Actually the AI is given more time to think with each new level. I've always hated this because I want to give the AI more thinking time on the balanced level which it will not allow you to do. Ageod games used to give you the option to give the computer more time. I don't understand why they changed this.
It's also further blurred by the fact that some changes benefit the player, even on higher difficulty. For example, there are many occasions in events where, if a country should be made a vassal, if controlled by a human, it won't happen. This is why the first level is named balanced because it combines adjustments for both the human player and the AI for the best gaming experience.
I guess the most important part for me would be it gets maximum access to its decisions and time to work out what it will do at the "balanced" level.
Can you speak to that?
Since Empires is based on a new engine, we rewrote the AI from scratch, and it is both much faster and better than the old AGEOD engine.

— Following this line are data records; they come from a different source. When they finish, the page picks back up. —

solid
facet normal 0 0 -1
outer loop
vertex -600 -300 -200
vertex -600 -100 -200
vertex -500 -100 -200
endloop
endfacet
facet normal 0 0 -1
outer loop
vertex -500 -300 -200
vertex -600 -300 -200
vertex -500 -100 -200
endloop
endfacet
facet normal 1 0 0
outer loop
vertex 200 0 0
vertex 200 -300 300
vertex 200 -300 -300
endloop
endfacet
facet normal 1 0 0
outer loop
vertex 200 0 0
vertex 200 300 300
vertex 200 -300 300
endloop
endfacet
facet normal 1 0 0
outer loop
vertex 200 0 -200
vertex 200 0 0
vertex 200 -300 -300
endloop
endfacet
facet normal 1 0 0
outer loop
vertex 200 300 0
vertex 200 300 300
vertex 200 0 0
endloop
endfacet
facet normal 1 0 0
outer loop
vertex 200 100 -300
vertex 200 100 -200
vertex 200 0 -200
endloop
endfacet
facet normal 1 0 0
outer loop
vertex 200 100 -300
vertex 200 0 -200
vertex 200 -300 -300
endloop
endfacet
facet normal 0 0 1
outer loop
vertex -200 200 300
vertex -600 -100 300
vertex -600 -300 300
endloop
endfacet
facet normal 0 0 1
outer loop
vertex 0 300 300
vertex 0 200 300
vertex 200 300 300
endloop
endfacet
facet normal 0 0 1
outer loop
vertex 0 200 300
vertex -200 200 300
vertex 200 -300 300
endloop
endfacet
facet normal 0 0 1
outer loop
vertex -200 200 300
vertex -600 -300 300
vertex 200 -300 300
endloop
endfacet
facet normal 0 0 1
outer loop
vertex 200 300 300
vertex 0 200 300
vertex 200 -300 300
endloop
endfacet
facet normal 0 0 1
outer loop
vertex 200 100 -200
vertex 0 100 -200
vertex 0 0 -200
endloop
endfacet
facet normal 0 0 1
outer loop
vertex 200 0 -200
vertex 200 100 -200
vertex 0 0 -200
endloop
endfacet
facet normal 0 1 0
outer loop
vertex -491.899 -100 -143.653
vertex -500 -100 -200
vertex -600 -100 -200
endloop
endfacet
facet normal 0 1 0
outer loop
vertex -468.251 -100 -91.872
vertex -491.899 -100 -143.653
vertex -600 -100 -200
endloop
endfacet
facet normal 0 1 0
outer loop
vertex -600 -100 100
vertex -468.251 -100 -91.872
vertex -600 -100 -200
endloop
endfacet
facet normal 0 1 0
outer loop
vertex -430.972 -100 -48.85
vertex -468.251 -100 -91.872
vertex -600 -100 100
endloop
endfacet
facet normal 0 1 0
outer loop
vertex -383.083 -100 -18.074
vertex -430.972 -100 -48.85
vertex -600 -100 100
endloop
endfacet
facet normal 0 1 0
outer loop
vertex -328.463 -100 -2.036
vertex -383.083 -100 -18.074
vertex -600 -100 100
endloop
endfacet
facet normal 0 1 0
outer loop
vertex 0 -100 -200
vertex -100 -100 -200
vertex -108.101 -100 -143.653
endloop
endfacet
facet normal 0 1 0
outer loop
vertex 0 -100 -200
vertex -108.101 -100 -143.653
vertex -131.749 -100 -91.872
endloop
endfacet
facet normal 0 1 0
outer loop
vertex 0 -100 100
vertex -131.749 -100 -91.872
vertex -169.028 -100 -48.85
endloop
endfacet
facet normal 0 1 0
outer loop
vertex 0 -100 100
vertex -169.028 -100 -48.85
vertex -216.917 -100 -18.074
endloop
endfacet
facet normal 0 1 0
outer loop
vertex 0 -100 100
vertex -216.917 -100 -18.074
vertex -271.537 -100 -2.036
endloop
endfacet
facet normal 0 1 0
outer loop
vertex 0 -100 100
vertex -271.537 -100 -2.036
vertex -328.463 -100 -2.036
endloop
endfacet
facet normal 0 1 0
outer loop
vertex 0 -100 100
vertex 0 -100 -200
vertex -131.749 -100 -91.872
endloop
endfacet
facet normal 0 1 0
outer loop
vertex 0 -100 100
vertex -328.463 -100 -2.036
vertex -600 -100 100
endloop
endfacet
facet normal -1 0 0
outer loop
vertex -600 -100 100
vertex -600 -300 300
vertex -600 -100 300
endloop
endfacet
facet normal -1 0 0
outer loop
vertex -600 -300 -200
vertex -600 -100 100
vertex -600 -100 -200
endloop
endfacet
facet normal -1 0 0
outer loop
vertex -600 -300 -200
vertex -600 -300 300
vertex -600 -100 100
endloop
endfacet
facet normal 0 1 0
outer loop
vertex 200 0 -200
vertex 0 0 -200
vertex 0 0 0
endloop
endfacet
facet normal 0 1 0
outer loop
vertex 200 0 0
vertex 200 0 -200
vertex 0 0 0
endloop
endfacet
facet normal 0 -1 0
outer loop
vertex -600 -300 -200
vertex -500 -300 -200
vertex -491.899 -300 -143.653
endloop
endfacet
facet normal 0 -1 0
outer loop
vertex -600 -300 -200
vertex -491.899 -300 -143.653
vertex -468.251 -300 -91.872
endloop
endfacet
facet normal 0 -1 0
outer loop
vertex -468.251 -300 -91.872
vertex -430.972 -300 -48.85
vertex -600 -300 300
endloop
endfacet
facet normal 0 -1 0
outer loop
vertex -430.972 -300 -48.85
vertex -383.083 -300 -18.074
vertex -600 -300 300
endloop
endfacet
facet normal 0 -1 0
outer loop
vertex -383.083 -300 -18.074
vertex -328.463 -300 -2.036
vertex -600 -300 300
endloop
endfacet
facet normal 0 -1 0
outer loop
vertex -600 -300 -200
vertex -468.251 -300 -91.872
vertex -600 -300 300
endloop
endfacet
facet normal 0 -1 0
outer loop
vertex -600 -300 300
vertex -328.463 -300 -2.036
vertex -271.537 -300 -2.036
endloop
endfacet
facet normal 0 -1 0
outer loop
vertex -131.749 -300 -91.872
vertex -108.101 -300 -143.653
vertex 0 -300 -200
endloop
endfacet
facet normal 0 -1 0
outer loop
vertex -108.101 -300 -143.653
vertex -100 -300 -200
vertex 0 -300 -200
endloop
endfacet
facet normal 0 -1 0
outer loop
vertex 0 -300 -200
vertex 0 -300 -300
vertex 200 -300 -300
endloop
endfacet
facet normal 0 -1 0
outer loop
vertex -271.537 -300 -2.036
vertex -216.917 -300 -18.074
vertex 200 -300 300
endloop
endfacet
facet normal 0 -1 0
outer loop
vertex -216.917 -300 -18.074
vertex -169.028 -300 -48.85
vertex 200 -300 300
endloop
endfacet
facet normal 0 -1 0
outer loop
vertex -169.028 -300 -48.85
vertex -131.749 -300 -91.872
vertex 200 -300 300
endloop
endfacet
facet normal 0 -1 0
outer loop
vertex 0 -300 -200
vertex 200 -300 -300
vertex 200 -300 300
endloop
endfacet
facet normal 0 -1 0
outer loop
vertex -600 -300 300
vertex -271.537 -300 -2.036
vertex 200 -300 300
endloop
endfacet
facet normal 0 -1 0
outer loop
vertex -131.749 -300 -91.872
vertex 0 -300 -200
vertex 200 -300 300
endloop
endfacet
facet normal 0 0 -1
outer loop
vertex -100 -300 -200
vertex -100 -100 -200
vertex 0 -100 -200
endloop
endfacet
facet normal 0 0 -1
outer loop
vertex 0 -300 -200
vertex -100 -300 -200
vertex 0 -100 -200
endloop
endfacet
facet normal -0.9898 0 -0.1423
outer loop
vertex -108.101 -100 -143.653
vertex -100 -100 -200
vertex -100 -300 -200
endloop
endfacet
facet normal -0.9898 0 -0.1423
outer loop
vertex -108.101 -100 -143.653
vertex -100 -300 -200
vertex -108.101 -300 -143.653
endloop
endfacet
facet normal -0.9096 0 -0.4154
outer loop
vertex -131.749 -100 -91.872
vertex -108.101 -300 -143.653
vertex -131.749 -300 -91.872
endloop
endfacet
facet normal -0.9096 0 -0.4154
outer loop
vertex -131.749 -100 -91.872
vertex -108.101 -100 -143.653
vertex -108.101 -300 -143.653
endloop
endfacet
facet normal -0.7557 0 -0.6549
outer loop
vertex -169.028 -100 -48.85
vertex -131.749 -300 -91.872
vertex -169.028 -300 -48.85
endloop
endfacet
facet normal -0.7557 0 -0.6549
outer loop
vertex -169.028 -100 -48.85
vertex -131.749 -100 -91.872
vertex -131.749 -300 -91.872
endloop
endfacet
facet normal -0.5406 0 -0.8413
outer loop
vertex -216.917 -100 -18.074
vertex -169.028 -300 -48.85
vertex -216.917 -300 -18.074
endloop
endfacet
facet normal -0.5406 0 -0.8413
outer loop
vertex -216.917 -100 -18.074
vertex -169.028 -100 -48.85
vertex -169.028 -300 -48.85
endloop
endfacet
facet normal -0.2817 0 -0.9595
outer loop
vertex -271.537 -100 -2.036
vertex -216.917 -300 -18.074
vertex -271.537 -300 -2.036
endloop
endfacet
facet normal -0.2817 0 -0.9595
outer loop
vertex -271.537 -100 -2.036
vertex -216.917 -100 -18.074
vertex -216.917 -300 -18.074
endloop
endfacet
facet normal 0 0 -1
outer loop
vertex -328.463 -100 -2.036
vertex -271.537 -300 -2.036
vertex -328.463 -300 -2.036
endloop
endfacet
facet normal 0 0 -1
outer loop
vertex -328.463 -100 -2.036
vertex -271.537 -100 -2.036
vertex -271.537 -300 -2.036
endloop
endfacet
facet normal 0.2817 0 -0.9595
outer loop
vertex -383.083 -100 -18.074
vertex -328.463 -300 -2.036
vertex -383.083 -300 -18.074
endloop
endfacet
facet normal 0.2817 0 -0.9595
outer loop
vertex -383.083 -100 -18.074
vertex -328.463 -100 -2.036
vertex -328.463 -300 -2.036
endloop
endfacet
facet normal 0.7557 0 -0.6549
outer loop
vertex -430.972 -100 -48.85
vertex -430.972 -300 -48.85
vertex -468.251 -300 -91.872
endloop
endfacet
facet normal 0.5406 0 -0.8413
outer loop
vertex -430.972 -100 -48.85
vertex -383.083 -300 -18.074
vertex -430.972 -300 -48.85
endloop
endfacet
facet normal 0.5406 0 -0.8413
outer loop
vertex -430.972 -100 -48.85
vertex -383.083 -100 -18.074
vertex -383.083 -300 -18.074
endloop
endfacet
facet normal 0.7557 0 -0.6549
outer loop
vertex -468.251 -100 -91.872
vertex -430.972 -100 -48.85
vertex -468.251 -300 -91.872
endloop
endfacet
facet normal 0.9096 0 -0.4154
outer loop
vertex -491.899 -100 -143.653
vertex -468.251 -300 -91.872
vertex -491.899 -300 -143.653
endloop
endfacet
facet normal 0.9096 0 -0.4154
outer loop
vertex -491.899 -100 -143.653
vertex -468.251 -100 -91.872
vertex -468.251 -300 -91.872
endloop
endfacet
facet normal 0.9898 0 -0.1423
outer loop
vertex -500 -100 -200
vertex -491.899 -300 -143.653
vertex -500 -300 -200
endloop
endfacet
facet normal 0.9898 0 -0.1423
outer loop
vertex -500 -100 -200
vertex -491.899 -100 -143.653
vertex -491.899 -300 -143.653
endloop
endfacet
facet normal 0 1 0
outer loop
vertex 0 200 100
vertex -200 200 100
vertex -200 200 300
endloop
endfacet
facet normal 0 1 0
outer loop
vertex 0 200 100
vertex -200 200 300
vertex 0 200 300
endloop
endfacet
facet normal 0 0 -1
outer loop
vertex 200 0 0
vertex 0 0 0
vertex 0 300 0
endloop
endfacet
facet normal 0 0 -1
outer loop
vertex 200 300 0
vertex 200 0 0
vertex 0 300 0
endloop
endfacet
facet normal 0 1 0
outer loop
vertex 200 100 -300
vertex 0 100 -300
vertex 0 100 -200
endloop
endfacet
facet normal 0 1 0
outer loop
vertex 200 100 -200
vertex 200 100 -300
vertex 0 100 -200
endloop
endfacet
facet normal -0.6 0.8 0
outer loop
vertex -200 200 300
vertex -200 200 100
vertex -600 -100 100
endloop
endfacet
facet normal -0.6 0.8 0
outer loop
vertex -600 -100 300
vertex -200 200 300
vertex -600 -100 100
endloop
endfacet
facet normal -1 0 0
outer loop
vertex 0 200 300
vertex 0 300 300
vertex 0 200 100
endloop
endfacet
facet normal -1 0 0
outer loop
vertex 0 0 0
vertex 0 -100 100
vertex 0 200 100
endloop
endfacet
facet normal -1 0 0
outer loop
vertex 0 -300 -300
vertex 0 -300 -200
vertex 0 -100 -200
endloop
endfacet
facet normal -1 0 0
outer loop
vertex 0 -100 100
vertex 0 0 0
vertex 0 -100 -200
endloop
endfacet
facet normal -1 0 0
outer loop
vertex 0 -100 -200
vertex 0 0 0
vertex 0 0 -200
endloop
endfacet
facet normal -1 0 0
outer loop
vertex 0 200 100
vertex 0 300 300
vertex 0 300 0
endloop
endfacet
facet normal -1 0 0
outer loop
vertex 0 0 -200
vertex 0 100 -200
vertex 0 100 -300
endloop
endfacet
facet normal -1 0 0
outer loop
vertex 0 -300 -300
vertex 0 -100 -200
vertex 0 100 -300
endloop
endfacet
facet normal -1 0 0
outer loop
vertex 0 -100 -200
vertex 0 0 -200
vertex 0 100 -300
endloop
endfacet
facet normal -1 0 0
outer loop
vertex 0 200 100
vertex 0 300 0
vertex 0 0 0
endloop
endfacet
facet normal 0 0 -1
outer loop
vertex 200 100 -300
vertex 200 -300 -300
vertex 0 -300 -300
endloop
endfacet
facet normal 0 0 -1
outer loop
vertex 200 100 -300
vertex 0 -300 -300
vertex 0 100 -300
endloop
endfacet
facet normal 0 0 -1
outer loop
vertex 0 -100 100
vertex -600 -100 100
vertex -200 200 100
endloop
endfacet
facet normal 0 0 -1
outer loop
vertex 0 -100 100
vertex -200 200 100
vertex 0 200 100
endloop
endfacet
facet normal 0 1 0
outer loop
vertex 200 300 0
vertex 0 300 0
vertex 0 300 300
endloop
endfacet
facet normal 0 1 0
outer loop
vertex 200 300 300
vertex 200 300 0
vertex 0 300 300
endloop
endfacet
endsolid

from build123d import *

# Parameters (mm, degrees)
SALIENTE_EXTRUIR1_DEPTH = 200
CROQUIS3_W              = 600
CROQUIS3_H              = 200
SALIENTE_EXTRUIR2_DEPTH = 600
CORTAR_EXTRUIR1_REACH   = 783.025
CROQUIS4_W              = 600
CROQUIS4_H              = 100
CORTAR_EXTRUIR2_REACH   = 783.025
CROQUIS6_W              = 600
CROQUIS6_H              = 200
SALIENTE_EXTRUIR3_DEPTH = 300
CORTAR_EXTRUIR3_DEPTH   = 200


with BuildPart() as part:
    # Croquis2 → Saliente-Extruir1 (new body)
    with BuildSketch(Plane(origin=(0, 0, 0), x_dir=(0, 0, -1), z_dir=(1, 0, 0))):
        Polygon((-300, -300), (300, -300), (300, 0), (300, 100), (200, 100), (200, 0), (0, 0), (0, 300), (-300, 300), align=None)
    extrude(amount=SALIENTE_EXTRUIR1_DEPTH)

    # Croquis3 → Saliente-Extruir2 (add)
    with BuildSketch(Plane.ZY):
        with Locations((0, -200)):
            Rectangle(CROQUIS3_W, CROQUIS3_H)
    extrude(amount=SALIENTE_EXTRUIR2_DEPTH)

    # Croquis4 → Cortar-Extruir1 (cut, up to next)
    with BuildSketch(Plane(origin=(0, -100, 0), x_dir=(1, 0, 0), z_dir=(0, 1, 0)), mode=Mode.PRIVATE) as cortar_extruir1_sk1:
        with Locations((-300, 250)):
            Rectangle(CROQUIS4_W, CROQUIS4_H)
    cortar_extruir1_tool1 = extrude(cortar_extruir1_sk1.sketch, amount=-CORTAR_EXTRUIR1_REACH, mode=Mode.PRIVATE) & part.part
    add(cortar_extruir1_tool1.solids().sort_by_distance((-300, -100, -250))[0], mode=Mode.SUBTRACT)

    # Croquis5 → Cortar-Extruir2 (cut, up to next)
    with BuildSketch(Plane(origin=(0, -100, 0), x_dir=(1, 0, 0), z_dir=(0, 1, 0)), mode=Mode.PRIVATE) as cortar_extruir2_sk1:
        with BuildLine():
            Line((-500, 200), (-100, 200))
            ThreePointArc((-100, 200), (-300, 0), (-500, 200))
        make_face()
    cortar_extruir2_tool1 = extrude(cortar_extruir2_sk1.sketch, amount=-CORTAR_EXTRUIR2_REACH, mode=Mode.PRIVATE) & part.part
    add(cortar_extruir2_tool1.solids().sort_by_distance((-300, -100, -115.117364))[0], mode=Mode.SUBTRACT)

    # Croquis6 → Saliente-Extruir3 (add)
    with BuildSketch(Plane(origin=(0, -100, 0), x_dir=(1, 0, 0), z_dir=(0, 1, 0))):
        with Locations((-300, -200)):
            Rectangle(CROQUIS6_W, CROQUIS6_H)
    extrude(amount=SALIENTE_EXTRUIR3_DEPTH)

    # Croquis7 → Cortar-Extruir3 (cut)
    with BuildSketch(Plane(origin=(0, 0, 100), x_dir=(-1, 0, 0), z_dir=(0, 0, -1))):
        Polygon((200, 200), (600, -100), (600, 200), align=None)
    extrude(amount=-CORTAR_EXTRUIR3_DEPTH, mode=Mode.SUBTRACT)


solid = part.part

Balanced difficulty has no time penalty compared to higher difficulty levels; they all work with the time they need and are not restricted in their search for solutions.
Hope you guys will remain open to suggestions for the ai from us as we get to play it more.
Old World devs have been remarkable in this as an example.
Thanks for clarifying Pocus. Why does the manual make it sound otherwise?
*At higher levels of difficulty, the AI will more often calibrate its options and the depth of search for opportunities will increase;
Ah well then still wish we could get the best AI thinking algorithm at any level or at least the option to! I like playing the level with the least AI cheats but AI still playing at it's best capacity. I am fine giving the AI more time to think. I always picked this option with the old Ageod games and miss it!
Because it's an illusion to think one compensates for the other. We are not there yet, but perhaps we will be within a few years with the generalization of AI. Then people will ask for AI opponents with some limitations because they are too good!
So, the AI gets numeric bonuses because it's the only way for it to remain competitive in a complex game.